I haven't done any sharpening .. but I always remember Dick's comment about thinking that his tools were sharp until he bought a quality chisel that came sharp-really sharp. Sounds like you have seen a difference between what you thought was good enough and what is "really sharp". Nothing less will do from now on so whatever you need to do to get that sharpness then that's the way to go.


----------



## dalec (Oct 3, 2007)

I am not good at sharpening, but envy those who can get that razor-sharp edge that makes cutting tools so much more precise.

I go with Ms Debbie's advice.

Dalec


----------



## schwingding (Dec 5, 2007)

Your stones will produce a better surface than the Worksharp, as you have noticed. Typically the initial bevel is achieved with a grinder and then honed on the stones, saving some of the 45 minutes you required.

The issue you're going to have with the waterstones is that you will need to keep them flat, as they will wear with each use. You can buy a diamond coated stone for this task.

I have a Tormek, and while it makes things fantastically sharp, a good stone will still do better. Why? Because the leather honing wheel on the Tormek deflects as the iron is put to it, which simply is not as accurate as an unmovable stone. I grind on the tormek, then hone on stones. A combo not to be beat!
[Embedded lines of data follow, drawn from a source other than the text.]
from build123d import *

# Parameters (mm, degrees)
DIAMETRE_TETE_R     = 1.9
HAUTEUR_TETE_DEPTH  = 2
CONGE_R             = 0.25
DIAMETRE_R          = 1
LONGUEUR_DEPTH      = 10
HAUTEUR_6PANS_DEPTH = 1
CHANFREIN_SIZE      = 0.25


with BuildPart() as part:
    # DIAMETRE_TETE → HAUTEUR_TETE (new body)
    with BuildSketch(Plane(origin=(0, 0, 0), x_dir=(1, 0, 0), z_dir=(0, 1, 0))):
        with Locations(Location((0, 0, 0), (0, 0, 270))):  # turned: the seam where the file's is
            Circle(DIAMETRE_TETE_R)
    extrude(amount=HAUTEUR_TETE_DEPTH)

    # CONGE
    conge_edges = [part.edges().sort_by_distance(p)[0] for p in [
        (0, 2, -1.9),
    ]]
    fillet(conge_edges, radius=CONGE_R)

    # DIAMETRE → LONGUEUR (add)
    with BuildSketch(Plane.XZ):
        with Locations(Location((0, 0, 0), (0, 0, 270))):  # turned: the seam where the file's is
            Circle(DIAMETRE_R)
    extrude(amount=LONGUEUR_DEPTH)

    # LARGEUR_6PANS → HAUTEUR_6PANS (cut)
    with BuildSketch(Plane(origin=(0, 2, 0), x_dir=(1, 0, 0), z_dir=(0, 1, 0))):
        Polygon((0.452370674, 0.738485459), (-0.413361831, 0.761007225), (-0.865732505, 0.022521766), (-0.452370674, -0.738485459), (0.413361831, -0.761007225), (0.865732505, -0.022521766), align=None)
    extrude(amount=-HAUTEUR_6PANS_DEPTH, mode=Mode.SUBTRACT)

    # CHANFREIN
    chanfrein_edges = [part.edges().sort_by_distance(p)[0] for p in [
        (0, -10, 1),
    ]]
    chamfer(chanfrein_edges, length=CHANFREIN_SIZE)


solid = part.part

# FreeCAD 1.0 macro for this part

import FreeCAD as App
import Part
import Sketcher
from FreeCAD import Vector
Q = App.Units.Quantity


def edges_at(feature, points):
    """Names of the edges that pass closest to the given points."""
    edges = feature.Shape.Edges
    near = lambda p: min(range(len(edges)), key=lambda i: edges[i].distToShape(Part.Vertex(*p))[0])
    return sorted({f"Edge{near(p) + 1}" for p in points})

doc = App.newDocument("Part")
body = doc.addObject("PartDesign::Body", "Body")

# Sketch on XZ plane
sketch1 = doc.addObject("Sketcher::SketchObject", "Sketch")
body.addObject(sketch1)
sketch1.AttachmentSupport = (doc.XZ_Plane, [""])
sketch1.MapMode = "FlatFace"
sketch1.addGeometry(Part.Circle(Vector(0, 0, 0), Vector(0, 0, 1), 1.9), False)
sketch1.addConstraint([
    Sketcher.Constraint("Coincident", 0, 3, -1, 1),
    Sketcher.Constraint("Diameter", 0, Q("3.8 mm")),
])
pad1 = doc.addObject("PartDesign::Pad", "Pad")
body.addObject(pad1)
pad1.Profile = sketch1
pad1.Length = 2
pad1.Reversed = True
doc.recompute()

fillet = doc.addObject("PartDesign::Fillet", "Fillet")
body.addObject(fillet)
fillet.Base = (pad1, edges_at(pad1, [(0, 2, -1.9)]))
fillet.Radius = 0.25

# Sketch on XZ plane
sketch2 = doc.addObject("Sketcher::SketchObject", "Sketch001")
body.addObject(sketch2)
sketch2.AttachmentSupport = (doc.XZ_Plane, [""])
sketch2.MapMode = "FlatFace"
sketch2.addGeometry(Part.Circle(Vector(0, 0, 0), Vector(0, 0, 1), 1), False)
sketch2.addConstraint([
    Sketcher.Constraint("Coincident", 0, 3, -1, 1),
    Sketcher.Constraint("Diameter", 0, Q("2 mm")),
])
pad2 = doc.addObject("PartDesign::Pad", "Pad001")
body.addObject(pad2)
pad2.Profile = sketch2
pad2.Length = 10

# Sketch on XZ plane
sketch3 = doc.addObject("Sketcher::SketchObject", "Sketch002")
body.addObject(sketch3)
sketch3.AttachmentSupport = (doc.XZ_Plane, [""])
sketch3.MapMode = "FlatFace"
sketch3.AttachmentOffset = App.Placement(Vector(0, 0, -2), App.Rotation())
sketch3.addGeometry([
    Part.LineSegment(Vector(0.452371, -0.738485, 0), Vector(-0.413362, -0.761007, 0)),  # 0
    Part.LineSegment(Vector(-0.413362, -0.761007, 0), Vector(-0.865733, -0.022522, 0)),  # 1
    Part.LineSegment(Vector(-0.865733, -0.022522, 0), Vector(-0.452371, 0.738485, 0)),  # 2
    Part.LineSegment(Vector(-0.452371, 0.738485, 0), Vector(0.413362, 0.761007, 0)),  # 3
    Part.LineSegment(Vector(0.413362, 0.761007, 0), Vector(0.865733, 0.022522, 0)),  # 4
    Part.LineSegment(Vector(0.865733, 0.022522, 0), Vector(0.452371, -0.738485, 0)),  # 5
], False)
sketch3.addConstraint([
    Sketcher.Constraint("Coincident", 0, 2, 1, 1),
    Sketcher.Constraint("Coincident", 1, 2, 2, 1),
    Sketcher.Constraint("Coincident", 2, 2, 3, 1),
    Sketcher.Constraint("Coincident", 3, 2, 4, 1),
    Sketcher.Constraint("Coincident", 4, 2, 5, 1),
    Sketcher.Constraint("Coincident", 5, 2, 0, 1),
    Sketcher.Constraint("Symmetric", 0, 2, 3, 2, -1, 1),
    Sketcher.Constraint("Symmetric", 1, 2, 4, 2, -1, 1),
    Sketcher.Constraint("Symmetric", 2, 2, 5, 2, -1, 1),
    Sketcher.Constraint("Equal", 0, 1),
    Sketcher.Constraint("Equal", 1, 2),
    Sketcher.Constraint("DistanceX", 0, 2, -1, 1, Q("0.413362 mm")),
    Sketcher.Constraint("DistanceY", 1, 2, -1, 1, Q("0.022522 mm")),
    Sketcher.Constraint("DistanceX", 2, 2, -1, 1, Q("0.452371 mm")),
    Sketcher.Constraint("DistanceX", 1, 2, 0, 2, Q("0.452371 mm")),
])
pocket1 = doc.addObject("PartDesign::Pocket", "Pocket")
body.addObject(pocket1)
pocket1.Profile = sketch3
pocket1.Length = 1
pocket1.Reversed = True
doc.recompute()

chamfer = doc.addObject("PartDesign::Chamfer", "Chamfer")
body.addObject(chamfer)
chamfer.Base = (pocket1, edges_at(pocket1, [(0, -10, 1)]))
chamfer.Size = 0.25

doc.recompute()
Angle jigs are not all created equal. Find one and stick with it.


----------



## mot (May 8, 2007)

Hey Cajun,

The Veritas guide sets a primary and secondary bevel. If you are at 30 degrees but have the roller set to the secondary bevel, then you'll be doing a secondary bevel that is 1-2 degrees more. Check the instruction sheet for what you have to look for on the roller.

I use the Veritas Mk.II sharpener on all my planes and chisels, then run them across a 4000 and 8000 waterstone. If you're enjoying the 4000 stone, grab yourself an 8000 stone for final sharpening. Then you'll be styling!

Cheers!


----------



## alindobra (Oct 3, 2007)

I use the Veritak Mk.II like tom. I make the primary bevel using coarse sandpaper (start at 100). The secondary bevel is established with 220 and then 600 and moving to the micro-abrasives (Lee-valley sells them here: http://www.leevalley.com/wood/page.aspx?c=2&p=33004&cat=1,43072). The sandpaper is glued on glass (super flat). If I just have to touch a chisel up it takes less than a minute. I also use leather a strop while I work (just get the edge razor sharp again).

Also, what needs to be kept in mind is that "crazily sharp" is hot helping necessarily a lot unless you cut very soft materials (like cheese). The first time you hit the chisel while cutting cherry, the super sharp just got not so sharp (or microscopically broke). On other hand, sharp makes work much better. You should be able to remove small amounts of wood by paring (pushing the chisel by hand).

I virtually never use a grinder on a chisel (but I never use a stone on a bowl gouge either). I do not see much advantage in using water cooled grinder for chisels (way too slow). These systems cost too much anyway.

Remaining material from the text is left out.